= REQUIREMENT =
Print, exactly as they appear in the listing below, the lines from the line with "#44=ORIENTED_EDGE('',*,*,#20,.T.);" to the line with "#50=ORIENTED_EDGE('',*,*,#49,.F.);", with both end lines kept.

- - - -

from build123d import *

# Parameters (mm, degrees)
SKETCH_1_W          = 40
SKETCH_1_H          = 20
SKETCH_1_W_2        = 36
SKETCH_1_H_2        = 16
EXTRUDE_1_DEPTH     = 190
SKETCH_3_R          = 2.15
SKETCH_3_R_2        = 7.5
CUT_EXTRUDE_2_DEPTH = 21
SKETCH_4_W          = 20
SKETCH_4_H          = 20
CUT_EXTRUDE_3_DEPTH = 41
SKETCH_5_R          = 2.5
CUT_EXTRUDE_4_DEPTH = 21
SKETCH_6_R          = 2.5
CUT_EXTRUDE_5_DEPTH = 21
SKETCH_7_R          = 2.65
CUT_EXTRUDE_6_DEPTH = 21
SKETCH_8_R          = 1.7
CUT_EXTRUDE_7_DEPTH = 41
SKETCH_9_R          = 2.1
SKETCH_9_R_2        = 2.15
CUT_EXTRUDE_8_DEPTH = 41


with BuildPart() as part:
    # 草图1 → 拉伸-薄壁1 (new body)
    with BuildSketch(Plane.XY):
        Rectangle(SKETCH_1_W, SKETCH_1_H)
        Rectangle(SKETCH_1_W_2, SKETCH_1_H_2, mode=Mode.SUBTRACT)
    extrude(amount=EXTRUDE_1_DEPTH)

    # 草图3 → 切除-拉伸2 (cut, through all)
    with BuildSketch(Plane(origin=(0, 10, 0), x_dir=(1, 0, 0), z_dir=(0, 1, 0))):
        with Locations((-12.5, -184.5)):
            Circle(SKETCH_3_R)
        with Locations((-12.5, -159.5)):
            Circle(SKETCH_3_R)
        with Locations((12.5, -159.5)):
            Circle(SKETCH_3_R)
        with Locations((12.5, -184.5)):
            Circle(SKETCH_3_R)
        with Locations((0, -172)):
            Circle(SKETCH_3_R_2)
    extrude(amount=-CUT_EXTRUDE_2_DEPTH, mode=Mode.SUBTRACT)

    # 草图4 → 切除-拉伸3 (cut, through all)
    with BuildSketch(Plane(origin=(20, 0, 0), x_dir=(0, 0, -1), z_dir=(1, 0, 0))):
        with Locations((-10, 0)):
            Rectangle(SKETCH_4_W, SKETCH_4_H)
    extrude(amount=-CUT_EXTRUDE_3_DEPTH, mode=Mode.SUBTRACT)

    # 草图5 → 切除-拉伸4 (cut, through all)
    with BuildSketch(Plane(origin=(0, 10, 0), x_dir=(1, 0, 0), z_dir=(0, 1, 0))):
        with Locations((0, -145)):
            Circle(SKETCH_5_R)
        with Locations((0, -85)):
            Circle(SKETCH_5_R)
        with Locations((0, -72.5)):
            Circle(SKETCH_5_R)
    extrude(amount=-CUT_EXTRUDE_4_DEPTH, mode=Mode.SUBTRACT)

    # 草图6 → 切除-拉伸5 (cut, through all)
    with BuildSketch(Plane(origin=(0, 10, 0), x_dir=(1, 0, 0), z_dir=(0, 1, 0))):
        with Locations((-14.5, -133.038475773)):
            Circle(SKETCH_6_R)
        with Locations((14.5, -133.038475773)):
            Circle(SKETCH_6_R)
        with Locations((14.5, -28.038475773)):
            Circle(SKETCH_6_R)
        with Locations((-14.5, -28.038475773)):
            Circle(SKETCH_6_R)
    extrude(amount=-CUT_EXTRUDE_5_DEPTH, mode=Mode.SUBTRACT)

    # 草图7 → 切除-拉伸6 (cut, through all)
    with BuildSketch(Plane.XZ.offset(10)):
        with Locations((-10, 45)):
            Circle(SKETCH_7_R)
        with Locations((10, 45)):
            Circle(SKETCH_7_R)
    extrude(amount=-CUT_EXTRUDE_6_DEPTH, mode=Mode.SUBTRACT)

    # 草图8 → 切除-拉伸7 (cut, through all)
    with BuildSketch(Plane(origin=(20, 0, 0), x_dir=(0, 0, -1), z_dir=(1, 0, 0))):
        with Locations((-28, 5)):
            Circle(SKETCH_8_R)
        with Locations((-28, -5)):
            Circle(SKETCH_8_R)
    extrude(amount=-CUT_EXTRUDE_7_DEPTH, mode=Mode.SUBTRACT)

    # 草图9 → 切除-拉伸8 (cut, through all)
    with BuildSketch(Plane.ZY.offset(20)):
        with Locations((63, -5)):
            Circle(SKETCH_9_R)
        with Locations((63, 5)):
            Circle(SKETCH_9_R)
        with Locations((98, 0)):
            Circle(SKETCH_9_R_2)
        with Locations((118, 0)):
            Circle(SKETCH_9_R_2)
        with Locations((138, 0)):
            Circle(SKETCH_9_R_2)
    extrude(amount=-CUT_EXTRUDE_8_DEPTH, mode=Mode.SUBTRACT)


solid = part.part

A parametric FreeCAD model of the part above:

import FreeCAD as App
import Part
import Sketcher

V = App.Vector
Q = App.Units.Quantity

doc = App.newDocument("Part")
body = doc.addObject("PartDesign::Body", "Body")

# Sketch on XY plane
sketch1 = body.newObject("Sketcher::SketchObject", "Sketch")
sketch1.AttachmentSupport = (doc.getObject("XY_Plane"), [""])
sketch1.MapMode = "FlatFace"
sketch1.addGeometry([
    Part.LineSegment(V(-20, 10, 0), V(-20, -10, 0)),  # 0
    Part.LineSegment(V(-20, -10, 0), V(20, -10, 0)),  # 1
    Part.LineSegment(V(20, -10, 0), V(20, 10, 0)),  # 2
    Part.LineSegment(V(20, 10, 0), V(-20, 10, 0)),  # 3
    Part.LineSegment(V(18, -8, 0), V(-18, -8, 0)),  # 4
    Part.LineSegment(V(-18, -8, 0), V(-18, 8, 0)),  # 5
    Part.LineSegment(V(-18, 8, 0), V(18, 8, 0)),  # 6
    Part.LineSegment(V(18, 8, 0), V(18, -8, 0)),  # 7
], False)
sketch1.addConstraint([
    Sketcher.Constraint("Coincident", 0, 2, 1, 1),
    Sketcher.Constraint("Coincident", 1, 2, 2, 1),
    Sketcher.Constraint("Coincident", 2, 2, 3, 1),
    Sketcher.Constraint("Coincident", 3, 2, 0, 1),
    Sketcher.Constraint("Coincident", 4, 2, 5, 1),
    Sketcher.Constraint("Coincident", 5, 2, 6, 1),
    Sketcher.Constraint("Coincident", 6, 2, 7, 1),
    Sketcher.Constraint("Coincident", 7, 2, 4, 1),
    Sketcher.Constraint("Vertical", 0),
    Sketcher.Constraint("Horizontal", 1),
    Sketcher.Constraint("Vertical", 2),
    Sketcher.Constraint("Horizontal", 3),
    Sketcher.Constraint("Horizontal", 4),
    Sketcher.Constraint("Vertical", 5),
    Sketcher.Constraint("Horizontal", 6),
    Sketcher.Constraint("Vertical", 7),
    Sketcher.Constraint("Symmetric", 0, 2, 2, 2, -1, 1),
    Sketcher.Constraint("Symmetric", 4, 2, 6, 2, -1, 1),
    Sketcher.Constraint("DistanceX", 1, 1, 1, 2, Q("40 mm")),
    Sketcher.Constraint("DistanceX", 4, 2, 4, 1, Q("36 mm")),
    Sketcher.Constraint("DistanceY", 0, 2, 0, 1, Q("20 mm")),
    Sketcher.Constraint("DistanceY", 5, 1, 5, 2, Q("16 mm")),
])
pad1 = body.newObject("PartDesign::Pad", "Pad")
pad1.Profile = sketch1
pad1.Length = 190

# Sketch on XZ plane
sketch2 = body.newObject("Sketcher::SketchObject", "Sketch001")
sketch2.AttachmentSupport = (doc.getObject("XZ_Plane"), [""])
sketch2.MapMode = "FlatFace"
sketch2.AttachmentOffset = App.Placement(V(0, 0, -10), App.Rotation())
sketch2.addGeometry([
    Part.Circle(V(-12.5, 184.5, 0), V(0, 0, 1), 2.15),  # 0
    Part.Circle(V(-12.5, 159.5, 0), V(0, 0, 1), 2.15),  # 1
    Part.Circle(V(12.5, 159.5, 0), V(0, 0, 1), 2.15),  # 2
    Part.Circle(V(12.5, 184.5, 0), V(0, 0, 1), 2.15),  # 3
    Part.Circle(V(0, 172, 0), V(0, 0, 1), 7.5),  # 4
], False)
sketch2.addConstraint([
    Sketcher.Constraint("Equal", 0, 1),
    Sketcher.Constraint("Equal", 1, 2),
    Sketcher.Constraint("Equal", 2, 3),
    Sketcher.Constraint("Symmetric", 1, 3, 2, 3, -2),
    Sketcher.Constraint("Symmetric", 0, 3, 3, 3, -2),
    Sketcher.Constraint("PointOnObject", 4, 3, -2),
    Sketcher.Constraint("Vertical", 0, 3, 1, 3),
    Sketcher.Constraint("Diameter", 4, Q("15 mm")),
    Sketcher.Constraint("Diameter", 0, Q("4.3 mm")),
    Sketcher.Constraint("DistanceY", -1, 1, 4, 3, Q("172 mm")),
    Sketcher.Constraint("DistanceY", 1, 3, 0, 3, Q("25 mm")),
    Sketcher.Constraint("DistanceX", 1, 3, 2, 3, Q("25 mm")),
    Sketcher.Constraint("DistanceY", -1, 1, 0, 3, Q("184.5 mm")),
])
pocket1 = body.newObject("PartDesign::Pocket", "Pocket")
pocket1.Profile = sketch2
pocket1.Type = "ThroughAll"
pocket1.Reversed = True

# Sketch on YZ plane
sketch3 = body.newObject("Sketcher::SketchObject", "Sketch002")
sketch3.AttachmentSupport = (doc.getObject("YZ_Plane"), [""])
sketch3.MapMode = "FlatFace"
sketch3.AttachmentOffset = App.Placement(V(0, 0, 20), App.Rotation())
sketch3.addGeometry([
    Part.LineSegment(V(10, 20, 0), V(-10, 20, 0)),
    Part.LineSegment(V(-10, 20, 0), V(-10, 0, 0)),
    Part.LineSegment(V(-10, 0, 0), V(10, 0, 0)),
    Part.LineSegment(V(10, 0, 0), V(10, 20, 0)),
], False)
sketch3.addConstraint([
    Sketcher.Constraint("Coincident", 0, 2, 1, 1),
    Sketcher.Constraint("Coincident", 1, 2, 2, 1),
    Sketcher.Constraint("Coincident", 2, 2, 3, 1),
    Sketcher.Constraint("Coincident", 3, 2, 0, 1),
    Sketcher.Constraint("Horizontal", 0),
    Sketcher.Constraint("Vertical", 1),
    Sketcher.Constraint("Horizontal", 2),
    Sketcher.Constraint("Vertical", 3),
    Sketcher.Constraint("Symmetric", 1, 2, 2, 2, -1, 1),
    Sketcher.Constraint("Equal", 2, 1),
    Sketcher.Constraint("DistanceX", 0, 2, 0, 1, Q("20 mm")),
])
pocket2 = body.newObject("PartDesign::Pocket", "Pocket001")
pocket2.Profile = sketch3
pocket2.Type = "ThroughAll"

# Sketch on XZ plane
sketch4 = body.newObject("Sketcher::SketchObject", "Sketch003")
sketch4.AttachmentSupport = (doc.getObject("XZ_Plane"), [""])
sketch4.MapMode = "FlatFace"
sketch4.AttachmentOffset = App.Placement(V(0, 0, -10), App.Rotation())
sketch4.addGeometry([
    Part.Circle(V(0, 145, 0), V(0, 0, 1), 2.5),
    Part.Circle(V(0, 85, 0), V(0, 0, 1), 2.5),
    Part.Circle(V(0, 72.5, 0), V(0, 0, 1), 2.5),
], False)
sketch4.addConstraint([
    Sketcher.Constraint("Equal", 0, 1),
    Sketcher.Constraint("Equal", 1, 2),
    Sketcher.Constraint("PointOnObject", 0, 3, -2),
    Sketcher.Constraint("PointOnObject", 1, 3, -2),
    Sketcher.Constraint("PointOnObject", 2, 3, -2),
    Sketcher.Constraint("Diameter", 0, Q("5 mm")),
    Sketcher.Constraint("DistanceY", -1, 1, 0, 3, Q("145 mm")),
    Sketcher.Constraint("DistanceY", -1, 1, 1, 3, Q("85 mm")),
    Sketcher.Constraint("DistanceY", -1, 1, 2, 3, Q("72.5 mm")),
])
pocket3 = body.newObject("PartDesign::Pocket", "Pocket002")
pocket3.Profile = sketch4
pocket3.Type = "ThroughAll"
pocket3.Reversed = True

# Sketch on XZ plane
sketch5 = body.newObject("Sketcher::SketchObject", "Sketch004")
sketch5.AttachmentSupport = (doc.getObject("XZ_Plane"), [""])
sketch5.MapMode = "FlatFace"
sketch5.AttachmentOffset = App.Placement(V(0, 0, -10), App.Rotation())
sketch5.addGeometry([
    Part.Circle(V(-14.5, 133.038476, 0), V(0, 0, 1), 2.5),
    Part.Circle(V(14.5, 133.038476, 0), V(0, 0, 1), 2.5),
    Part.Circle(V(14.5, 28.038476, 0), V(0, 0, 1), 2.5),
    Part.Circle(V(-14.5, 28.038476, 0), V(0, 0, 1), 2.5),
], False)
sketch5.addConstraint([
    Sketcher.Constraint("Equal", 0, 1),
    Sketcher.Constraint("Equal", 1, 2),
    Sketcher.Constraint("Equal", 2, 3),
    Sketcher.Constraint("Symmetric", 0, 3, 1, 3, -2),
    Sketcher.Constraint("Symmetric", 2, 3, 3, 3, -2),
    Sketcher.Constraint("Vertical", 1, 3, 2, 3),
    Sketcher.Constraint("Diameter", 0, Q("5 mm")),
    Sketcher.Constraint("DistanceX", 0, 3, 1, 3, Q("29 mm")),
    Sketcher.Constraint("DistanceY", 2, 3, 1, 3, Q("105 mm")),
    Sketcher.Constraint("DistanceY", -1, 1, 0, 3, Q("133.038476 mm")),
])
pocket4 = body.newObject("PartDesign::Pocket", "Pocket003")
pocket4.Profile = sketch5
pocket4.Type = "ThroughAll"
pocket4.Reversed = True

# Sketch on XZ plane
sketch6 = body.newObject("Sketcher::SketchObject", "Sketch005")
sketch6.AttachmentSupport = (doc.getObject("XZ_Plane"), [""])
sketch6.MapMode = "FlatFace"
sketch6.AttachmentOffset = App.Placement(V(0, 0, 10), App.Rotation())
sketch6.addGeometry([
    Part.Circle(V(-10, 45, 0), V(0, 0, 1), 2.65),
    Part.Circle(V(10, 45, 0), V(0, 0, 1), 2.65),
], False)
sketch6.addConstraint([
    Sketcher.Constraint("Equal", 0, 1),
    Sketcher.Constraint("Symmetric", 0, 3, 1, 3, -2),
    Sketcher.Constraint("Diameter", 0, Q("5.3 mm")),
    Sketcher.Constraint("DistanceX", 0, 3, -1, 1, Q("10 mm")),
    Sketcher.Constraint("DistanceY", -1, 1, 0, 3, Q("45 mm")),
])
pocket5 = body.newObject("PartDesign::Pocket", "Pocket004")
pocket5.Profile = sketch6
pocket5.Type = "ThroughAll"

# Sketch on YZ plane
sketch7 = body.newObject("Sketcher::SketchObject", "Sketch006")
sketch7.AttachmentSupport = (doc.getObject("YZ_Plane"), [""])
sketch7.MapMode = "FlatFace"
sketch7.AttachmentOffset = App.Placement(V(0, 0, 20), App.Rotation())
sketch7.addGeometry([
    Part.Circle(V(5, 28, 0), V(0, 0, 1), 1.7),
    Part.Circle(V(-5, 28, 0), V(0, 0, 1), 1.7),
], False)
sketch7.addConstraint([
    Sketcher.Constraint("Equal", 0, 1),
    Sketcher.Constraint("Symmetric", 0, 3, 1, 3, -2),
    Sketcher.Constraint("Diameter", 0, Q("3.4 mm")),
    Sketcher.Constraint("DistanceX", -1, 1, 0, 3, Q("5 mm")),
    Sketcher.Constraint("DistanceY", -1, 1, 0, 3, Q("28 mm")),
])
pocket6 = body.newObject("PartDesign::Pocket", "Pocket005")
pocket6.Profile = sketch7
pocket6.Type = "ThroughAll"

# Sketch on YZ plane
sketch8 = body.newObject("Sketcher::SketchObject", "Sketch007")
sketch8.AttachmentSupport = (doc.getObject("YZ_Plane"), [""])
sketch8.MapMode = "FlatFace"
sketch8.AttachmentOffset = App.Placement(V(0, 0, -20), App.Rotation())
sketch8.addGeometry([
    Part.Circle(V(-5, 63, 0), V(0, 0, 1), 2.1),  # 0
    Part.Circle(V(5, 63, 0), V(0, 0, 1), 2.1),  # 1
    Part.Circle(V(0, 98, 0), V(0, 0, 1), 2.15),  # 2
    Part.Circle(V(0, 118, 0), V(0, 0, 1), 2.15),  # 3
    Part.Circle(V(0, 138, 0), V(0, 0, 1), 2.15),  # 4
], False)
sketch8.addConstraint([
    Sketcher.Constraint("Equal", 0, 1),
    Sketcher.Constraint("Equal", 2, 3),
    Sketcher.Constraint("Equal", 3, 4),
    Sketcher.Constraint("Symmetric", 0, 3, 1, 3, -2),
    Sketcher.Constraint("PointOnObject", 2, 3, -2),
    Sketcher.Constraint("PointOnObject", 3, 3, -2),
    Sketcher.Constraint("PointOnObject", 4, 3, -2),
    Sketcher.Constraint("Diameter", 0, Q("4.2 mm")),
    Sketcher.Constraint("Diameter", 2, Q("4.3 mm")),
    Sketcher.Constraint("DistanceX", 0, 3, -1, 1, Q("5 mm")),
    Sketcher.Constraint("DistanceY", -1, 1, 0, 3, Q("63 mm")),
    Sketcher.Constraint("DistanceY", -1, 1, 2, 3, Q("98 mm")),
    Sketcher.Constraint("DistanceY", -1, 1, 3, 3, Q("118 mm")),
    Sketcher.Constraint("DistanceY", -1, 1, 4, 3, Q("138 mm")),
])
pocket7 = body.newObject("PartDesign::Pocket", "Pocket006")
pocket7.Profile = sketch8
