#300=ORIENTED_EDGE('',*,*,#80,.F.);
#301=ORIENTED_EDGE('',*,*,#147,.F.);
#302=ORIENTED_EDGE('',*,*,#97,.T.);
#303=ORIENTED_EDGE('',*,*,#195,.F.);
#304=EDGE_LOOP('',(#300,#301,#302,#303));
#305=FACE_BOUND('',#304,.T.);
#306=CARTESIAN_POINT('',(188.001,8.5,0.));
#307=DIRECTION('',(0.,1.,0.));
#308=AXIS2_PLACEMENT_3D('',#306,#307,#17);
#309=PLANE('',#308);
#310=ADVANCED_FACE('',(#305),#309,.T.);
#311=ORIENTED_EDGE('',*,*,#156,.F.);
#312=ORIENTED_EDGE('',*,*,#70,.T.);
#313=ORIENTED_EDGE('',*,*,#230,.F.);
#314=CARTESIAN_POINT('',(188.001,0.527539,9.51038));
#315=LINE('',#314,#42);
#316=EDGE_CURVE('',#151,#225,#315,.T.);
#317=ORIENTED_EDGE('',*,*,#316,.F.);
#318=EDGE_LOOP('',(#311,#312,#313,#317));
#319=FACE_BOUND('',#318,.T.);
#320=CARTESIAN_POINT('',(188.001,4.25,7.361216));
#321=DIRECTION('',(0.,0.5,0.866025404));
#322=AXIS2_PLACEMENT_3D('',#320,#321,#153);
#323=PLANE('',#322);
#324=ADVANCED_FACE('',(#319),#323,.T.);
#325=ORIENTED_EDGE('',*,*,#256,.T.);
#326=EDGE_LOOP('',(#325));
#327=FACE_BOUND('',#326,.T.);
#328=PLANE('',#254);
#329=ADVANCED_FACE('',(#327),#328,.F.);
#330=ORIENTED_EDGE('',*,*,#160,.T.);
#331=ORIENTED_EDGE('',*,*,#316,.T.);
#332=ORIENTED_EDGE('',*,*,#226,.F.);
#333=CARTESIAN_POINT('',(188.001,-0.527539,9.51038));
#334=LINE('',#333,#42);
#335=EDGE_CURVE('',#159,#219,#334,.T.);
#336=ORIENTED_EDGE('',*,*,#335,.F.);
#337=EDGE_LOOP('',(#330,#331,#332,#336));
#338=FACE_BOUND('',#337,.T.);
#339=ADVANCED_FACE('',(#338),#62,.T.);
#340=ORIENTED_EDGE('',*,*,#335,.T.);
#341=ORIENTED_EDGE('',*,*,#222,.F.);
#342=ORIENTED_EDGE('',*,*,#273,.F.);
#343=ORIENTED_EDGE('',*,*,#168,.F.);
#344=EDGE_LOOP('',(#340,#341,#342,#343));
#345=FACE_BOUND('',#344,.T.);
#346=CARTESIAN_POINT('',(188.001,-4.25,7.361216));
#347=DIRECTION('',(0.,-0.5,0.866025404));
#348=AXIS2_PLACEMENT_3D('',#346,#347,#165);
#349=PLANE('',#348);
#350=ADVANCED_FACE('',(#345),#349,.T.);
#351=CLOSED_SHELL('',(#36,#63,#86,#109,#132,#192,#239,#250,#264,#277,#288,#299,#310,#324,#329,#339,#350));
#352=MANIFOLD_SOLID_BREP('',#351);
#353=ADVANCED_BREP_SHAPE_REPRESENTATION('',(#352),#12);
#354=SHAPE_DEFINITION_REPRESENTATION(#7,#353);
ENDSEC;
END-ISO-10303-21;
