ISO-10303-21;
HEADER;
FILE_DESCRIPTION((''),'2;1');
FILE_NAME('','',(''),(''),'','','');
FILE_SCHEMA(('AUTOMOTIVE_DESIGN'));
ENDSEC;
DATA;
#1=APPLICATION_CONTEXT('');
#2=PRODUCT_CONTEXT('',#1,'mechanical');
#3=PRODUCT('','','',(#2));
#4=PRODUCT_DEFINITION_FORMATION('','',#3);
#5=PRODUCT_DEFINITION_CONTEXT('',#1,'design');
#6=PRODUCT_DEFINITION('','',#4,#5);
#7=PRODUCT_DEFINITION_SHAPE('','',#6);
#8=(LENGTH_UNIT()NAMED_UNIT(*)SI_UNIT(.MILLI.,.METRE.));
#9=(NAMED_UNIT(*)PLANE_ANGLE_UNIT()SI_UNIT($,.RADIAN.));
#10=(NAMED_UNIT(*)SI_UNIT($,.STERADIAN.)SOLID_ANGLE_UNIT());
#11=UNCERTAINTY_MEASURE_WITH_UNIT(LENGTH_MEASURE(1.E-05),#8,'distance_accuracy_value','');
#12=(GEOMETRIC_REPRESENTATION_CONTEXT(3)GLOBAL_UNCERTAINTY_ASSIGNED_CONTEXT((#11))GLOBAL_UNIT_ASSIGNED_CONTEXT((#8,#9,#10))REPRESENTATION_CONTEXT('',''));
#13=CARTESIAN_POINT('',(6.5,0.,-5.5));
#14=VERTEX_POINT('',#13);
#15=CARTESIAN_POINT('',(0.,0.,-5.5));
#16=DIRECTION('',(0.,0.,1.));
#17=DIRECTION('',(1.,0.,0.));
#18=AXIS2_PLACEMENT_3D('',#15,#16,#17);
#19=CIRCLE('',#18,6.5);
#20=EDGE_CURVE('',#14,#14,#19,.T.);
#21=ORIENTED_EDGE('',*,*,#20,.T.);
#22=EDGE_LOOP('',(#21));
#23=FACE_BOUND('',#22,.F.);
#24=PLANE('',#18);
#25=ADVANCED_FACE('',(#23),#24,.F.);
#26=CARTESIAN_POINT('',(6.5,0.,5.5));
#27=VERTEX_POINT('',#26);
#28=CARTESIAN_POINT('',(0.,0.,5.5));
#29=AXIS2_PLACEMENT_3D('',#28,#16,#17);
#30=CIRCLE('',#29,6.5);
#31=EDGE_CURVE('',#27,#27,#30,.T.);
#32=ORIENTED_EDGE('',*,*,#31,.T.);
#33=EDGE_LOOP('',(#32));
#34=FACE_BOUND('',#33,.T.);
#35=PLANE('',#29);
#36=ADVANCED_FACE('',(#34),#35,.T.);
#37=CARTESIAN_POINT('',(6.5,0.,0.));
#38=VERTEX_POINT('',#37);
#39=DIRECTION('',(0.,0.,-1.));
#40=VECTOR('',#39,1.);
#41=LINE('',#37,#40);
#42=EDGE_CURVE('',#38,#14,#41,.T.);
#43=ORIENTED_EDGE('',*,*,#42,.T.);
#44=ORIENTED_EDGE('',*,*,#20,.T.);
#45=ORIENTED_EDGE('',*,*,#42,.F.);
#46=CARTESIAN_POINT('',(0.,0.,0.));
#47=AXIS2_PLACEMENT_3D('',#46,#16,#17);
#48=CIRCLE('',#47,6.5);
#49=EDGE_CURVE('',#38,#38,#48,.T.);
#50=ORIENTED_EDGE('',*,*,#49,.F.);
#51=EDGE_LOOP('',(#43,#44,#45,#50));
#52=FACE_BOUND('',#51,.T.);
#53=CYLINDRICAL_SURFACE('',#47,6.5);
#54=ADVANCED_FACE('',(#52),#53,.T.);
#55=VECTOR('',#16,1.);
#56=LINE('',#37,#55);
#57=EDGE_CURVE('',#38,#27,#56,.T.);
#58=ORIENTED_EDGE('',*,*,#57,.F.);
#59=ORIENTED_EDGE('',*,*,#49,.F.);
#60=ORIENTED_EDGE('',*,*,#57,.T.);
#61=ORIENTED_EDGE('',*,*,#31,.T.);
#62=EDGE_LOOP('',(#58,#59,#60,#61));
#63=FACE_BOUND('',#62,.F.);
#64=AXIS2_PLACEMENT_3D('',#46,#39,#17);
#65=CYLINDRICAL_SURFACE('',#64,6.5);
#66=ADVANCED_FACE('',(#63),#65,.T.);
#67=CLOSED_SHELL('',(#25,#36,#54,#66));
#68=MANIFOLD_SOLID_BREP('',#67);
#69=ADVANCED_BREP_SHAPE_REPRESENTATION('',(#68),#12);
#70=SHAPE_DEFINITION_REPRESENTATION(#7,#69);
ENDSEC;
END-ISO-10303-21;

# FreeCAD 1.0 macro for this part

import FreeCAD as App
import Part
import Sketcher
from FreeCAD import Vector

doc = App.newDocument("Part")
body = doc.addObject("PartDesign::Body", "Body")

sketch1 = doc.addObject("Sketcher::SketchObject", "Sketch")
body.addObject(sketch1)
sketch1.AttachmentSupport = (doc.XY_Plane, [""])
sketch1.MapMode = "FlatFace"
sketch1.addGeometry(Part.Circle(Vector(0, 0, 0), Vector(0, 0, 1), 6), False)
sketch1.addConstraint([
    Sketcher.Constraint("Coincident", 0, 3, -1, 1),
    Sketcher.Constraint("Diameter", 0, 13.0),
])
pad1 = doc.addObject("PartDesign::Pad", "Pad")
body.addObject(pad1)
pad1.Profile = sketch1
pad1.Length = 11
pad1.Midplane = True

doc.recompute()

- - - -

= EXERCISE RESULT =
#44=ORIENTED_EDGE('',*,*,#20,.T.);
#45=ORIENTED_EDGE('',*,*,#42,.F.);
#46=CARTESIAN_POINT('',(0.,0.,0.));
#47=AXIS2_PLACEMENT_3D('',#46,#16,#17);
#48=CIRCLE('',#47,6.5);
#49=EDGE_CURVE('',#38,#38,#48,.T.);
#50=ORIENTED_EDGE('',*,*,#49,.F.);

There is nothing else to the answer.